▸ **WORK TO COMPLETE**
Please take the lines from the one holding "#207=EDGE_LOOP('',(#200,#204,#205,#206));" through the one holding "A parametric FreeCAD" in the data below and copy them exactly.

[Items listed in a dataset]
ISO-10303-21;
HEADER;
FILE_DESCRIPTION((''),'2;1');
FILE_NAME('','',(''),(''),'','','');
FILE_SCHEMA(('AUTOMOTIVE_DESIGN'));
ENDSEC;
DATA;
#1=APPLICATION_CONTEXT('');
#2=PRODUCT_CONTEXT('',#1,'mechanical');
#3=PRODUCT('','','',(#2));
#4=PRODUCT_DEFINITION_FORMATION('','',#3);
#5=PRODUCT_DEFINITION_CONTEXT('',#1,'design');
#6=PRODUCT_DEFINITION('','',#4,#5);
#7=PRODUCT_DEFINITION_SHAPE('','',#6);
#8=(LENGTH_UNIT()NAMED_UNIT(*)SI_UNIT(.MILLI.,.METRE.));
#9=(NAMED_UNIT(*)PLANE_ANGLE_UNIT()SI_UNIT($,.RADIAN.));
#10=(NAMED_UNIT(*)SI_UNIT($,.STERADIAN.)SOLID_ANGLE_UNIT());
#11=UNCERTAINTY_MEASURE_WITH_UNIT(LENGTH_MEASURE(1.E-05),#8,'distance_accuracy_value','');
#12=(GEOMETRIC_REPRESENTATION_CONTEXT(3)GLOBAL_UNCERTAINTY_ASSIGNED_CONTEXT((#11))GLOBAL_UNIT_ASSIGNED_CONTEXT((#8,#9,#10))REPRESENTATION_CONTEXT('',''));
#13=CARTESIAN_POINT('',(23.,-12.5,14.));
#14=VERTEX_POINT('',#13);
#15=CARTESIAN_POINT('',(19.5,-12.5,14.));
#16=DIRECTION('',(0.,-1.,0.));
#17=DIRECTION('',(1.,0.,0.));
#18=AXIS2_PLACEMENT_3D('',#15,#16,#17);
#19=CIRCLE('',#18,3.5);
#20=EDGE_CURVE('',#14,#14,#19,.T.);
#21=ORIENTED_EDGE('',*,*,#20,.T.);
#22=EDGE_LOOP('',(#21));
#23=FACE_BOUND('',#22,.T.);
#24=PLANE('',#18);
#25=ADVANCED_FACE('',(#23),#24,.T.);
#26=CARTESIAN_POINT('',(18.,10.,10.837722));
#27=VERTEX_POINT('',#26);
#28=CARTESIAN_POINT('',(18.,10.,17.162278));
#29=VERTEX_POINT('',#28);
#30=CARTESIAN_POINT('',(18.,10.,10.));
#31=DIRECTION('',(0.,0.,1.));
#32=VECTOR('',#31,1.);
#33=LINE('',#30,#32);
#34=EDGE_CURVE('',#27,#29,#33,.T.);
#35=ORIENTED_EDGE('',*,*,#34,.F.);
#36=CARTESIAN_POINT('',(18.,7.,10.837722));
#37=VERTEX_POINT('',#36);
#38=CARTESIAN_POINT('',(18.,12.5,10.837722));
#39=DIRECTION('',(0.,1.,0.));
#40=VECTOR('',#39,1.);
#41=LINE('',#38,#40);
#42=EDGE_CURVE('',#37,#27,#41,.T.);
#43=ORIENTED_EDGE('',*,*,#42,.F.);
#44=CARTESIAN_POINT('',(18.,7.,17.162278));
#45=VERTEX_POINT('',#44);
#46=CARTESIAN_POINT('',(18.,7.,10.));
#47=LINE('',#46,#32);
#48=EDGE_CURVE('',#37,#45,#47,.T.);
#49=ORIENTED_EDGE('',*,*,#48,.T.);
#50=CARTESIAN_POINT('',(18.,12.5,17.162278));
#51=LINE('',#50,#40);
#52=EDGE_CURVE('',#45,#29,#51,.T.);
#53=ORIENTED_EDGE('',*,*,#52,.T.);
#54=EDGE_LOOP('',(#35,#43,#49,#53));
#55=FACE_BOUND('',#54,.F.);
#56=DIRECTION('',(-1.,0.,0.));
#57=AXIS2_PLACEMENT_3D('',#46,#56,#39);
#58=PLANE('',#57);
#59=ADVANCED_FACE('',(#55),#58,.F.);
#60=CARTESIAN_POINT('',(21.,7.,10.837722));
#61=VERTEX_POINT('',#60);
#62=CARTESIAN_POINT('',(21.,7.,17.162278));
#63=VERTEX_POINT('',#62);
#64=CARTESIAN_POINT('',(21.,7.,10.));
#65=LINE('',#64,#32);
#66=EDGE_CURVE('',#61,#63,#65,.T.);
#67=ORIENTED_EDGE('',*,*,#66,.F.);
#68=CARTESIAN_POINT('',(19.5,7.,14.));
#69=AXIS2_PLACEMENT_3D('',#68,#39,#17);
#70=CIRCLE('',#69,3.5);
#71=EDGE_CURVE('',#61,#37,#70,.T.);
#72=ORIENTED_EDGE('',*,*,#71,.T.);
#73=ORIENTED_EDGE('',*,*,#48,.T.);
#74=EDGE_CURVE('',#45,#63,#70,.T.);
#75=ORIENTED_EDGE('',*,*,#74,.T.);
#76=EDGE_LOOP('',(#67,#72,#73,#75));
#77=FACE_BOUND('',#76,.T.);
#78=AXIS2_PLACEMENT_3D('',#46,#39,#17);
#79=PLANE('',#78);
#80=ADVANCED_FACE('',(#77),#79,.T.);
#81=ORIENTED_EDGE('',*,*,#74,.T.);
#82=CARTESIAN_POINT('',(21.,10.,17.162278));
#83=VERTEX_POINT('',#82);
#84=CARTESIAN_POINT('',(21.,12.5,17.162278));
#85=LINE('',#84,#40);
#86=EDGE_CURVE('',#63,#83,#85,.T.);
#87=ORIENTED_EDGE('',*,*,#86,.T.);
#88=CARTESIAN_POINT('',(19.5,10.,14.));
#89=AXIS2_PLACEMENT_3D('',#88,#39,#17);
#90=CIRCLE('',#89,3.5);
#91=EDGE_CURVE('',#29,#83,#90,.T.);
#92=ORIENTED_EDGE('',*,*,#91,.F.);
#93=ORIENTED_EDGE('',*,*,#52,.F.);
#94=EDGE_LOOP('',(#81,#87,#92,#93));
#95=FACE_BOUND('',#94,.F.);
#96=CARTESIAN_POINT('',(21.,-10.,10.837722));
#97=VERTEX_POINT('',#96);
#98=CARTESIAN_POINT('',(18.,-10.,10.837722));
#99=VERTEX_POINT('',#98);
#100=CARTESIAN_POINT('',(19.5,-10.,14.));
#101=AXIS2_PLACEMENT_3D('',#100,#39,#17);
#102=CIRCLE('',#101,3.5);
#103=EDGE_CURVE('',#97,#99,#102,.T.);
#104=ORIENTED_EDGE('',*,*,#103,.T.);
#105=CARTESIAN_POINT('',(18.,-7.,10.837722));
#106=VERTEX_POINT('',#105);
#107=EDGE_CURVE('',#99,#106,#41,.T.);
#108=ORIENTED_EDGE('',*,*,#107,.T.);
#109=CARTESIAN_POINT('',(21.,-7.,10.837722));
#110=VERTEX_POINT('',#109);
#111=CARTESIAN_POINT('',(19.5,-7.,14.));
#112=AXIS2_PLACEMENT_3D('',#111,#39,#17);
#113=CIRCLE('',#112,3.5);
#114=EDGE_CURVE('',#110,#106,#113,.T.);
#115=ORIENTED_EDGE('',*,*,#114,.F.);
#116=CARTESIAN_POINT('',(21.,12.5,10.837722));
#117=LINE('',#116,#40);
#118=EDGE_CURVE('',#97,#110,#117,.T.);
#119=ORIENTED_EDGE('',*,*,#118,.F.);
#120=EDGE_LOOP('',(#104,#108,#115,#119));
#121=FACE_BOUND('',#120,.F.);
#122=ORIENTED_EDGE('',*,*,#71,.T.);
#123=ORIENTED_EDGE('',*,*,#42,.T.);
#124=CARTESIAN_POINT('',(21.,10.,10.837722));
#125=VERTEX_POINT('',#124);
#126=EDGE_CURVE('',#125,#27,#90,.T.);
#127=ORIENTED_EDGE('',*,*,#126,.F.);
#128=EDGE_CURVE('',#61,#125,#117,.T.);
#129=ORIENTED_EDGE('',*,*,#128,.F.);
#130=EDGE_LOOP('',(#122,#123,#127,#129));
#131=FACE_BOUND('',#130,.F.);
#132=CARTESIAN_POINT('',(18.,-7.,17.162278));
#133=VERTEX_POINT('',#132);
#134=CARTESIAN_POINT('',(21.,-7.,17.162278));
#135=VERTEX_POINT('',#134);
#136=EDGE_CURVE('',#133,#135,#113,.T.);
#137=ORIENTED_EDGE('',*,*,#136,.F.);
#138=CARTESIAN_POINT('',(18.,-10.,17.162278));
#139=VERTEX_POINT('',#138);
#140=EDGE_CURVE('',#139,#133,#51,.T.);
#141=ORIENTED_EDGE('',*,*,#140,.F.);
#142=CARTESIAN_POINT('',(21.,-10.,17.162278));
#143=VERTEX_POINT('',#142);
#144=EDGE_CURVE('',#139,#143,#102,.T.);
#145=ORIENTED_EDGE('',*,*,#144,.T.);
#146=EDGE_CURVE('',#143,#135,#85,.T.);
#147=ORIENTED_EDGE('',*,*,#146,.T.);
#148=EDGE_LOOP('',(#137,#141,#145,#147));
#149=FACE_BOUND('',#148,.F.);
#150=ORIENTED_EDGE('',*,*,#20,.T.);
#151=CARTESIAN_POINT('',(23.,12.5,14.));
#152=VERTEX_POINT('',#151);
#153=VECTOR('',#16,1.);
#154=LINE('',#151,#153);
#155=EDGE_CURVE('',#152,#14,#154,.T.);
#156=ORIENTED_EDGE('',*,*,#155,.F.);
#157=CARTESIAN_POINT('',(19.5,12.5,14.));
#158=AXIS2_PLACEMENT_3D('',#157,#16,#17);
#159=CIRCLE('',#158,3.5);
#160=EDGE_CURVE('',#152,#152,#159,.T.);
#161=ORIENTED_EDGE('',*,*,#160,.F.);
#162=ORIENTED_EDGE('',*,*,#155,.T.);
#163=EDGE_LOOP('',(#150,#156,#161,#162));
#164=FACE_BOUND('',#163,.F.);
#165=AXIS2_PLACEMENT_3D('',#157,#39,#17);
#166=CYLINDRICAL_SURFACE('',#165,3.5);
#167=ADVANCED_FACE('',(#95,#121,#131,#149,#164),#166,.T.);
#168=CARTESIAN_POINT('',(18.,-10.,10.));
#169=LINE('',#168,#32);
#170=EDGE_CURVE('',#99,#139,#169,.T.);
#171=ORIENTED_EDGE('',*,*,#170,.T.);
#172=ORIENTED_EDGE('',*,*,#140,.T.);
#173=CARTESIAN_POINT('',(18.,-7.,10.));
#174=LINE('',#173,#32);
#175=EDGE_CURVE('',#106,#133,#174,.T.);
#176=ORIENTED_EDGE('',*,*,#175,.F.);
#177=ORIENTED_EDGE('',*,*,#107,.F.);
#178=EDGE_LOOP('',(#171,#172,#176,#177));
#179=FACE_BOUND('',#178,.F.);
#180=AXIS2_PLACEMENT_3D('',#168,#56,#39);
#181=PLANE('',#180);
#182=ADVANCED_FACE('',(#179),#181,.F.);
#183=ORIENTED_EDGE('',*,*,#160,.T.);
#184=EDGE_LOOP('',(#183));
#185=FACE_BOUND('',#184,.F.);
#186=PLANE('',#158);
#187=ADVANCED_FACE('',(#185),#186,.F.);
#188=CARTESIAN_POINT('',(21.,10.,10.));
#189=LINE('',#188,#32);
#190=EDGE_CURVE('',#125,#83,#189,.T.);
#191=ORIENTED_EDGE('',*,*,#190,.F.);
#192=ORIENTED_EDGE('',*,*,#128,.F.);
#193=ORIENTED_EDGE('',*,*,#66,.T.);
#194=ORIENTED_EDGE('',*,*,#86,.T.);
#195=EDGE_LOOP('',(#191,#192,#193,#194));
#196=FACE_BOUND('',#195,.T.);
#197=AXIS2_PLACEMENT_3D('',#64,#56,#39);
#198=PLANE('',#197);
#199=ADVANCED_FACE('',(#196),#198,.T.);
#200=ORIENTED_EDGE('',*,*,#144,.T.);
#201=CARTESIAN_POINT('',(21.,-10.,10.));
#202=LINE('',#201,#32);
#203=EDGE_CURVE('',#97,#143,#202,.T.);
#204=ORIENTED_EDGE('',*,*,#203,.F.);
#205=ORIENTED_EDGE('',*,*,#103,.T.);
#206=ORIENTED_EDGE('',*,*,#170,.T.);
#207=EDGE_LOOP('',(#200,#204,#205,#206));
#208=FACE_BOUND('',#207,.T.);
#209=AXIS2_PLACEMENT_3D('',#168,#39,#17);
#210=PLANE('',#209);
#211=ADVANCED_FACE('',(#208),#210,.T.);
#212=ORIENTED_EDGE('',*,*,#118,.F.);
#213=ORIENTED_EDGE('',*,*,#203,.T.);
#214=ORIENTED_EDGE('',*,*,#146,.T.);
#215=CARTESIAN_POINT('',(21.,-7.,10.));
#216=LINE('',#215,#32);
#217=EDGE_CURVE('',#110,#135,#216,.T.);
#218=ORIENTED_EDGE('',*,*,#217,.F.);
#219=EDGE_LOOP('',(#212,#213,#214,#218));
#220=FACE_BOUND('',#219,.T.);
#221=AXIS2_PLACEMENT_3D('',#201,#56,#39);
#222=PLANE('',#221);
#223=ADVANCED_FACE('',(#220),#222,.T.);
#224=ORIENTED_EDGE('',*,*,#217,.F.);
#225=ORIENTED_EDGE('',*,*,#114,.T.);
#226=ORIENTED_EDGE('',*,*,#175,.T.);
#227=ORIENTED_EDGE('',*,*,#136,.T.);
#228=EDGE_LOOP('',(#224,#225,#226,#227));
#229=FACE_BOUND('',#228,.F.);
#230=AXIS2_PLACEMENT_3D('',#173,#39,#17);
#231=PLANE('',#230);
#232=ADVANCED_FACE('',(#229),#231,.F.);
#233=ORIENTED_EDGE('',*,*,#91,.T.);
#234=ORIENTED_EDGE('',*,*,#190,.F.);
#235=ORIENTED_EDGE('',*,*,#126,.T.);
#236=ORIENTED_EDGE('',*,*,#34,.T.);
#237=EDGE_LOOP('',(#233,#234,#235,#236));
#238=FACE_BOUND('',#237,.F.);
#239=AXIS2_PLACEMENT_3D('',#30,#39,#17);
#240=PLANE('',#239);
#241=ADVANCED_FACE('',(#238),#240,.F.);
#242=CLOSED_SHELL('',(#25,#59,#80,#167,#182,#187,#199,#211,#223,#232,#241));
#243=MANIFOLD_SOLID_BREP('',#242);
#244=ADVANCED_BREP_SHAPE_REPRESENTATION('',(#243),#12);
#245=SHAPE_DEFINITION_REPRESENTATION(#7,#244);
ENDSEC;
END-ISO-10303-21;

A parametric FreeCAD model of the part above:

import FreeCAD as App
import Part
import Sketcher

doc = App.newDocument("Part")
body = doc.addObject("PartDesign::Body", "Body")

# Sketch on XY plane
sketch1 = body.newObject("Sketcher::SketchObject", "Sketch")
sketch1.AttachmentSupport = (doc.getObject("XY_Plane"), [""])
sketch1.MapMode = "FlatFace"
sketch1.AttachmentOffset = App.Placement(App.Vector(0, 0, 10), App.Rotation())
sketch1.addGeometry(Part.LineSegment(App.Vector(18, -7, 0), App.Vector(18, -10, 0)), False)
sketch1.addGeometry(Part.LineSegment(App.Vector(18, -10, 0), App.Vector(21, -10, 0)), False)
sketch1.addGeometry(Part.LineSegment(App.Vector(21, -10, 0), App.Vector(21, -7, 0)), False)
sketch1.addGeometry(Part.LineSegment(App.Vector(21, -7, 0), App.Vector(18, -7, 0)), False)
sketch1.addConstraint(Sketcher.Constraint("Coincident", 0, 2, 1, 1))
sketch1.addConstraint(Sketcher.Constraint("Coincident", 1, 2, 2, 1))
sketch1.addConstraint(Sketcher.Constraint("Coincident", 2, 2, 3, 1))
sketch1.addConstraint(Sketcher.Constraint("Coincident", 3, 2, 0, 1))
sketch1.addConstraint(Sketcher.Constraint("Vertical", 0))
sketch1.addConstraint(Sketcher.Constraint("Horizontal", 1))
sketch1.addConstraint(Sketcher.Constraint("Vertical", 2))
sketch1.addConstraint(Sketcher.Constraint("Horizontal", 3))
sketch1.addConstraint(Sketcher.Constraint("Equal", 3, 0))
sketch1.addConstraint(Sketcher.Constraint("DistanceX", 1, 1, 1, 2, 3.0))
sketch1.addConstraint(Sketcher.Constraint("DistanceX", -1, 1, 0, 2, 18.0))
sketch1.addConstraint(Sketcher.Constraint("DistanceY", 0, 2, -1, 1, 10.0))
pad1 = body.newObject("PartDesign::Pad", "Pad")
pad1.Profile = sketch1
pad1.Length = 8
body2 = doc.addObject("PartDesign::Body", "Body001")
body2.AllowCompound = True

▸ **SOLUTION TO THIS PROBLEM**
#207=EDGE_LOOP('',(#200,#204,#205,#206));
#208=FACE_BOUND('',#207,.T.);
#209=AXIS2_PLACEMENT_3D('',#168,#39,#17);
#210=PLANE('',#209);
#211=ADVANCED_FACE('',(#208),#210,.T.);
#212=ORIENTED_EDGE('',*,*,#118,.F.);
#213=ORIENTED_EDGE('',*,*,#203,.T.);
#214=ORIENTED_EDGE('',*,*,#146,.T.);
#215=CARTESIAN_POINT('',(21.,-7.,10.));
#216=LINE('',#215,#32);
#217=EDGE_CURVE('',#110,#135,#216,.T.);
#218=ORIENTED_EDGE('',*,*,#217,.F.);
#219=EDGE_LOOP('',(#212,#213,#214,#218));
#220=FACE_BOUND('',#219,.T.);
#221=AXIS2_PLACEMENT_3D('',#201,#56,#39);
#222=PLANE('',#221);
#223=ADVANCED_FACE('',(#220),#222,.T.);
#224=ORIENTED_EDGE('',*,*,#217,.F.);
#225=ORIENTED_EDGE('',*,*,#114,.T.);
#226=ORIENTED_EDGE('',*,*,#175,.T.);
#227=ORIENTED_EDGE('',*,*,#136,.T.);
#228=EDGE_LOOP('',(#224,#225,#226,#227));
#229=FACE_BOUND('',#228,.F.);
#230=AXIS2_PLACEMENT_3D('',#173,#39,#17);
#231=PLANE('',#230);
#232=ADVANCED_FACE('',(#229),#231,.F.);
#233=ORIENTED_EDGE('',*,*,#91,.T.);
#234=ORIENTED_EDGE('',*,*,#190,.F.);
#235=ORIENTED_EDGE('',*,*,#126,.T.);
#236=ORIENTED_EDGE('',*,*,#34,.T.);
#237=EDGE_LOOP('',(#233,#234,#235,#236));
#238=FACE_BOUND('',#237,.F.);
#239=AXIS2_PLACEMENT_3D('',#30,#39,#17);
#240=PLANE('',#239);
#241=ADVANCED_FACE('',(#238),#240,.F.);
#242=CLOSED_SHELL('',(#25,#59,#80,#167,#182,#187,#199,#211,#223,#232,#241));
#243=MANIFOLD_SOLID_BREP('',#242);
#244=ADVANCED_BREP_SHAPE_REPRESENTATION('',(#243),#12);
#245=SHAPE_DEFINITION_REPRESENTATION(#7,#244);
ENDSEC;
END-ISO-10303-21;

A parametric FreeCAD model of the part above:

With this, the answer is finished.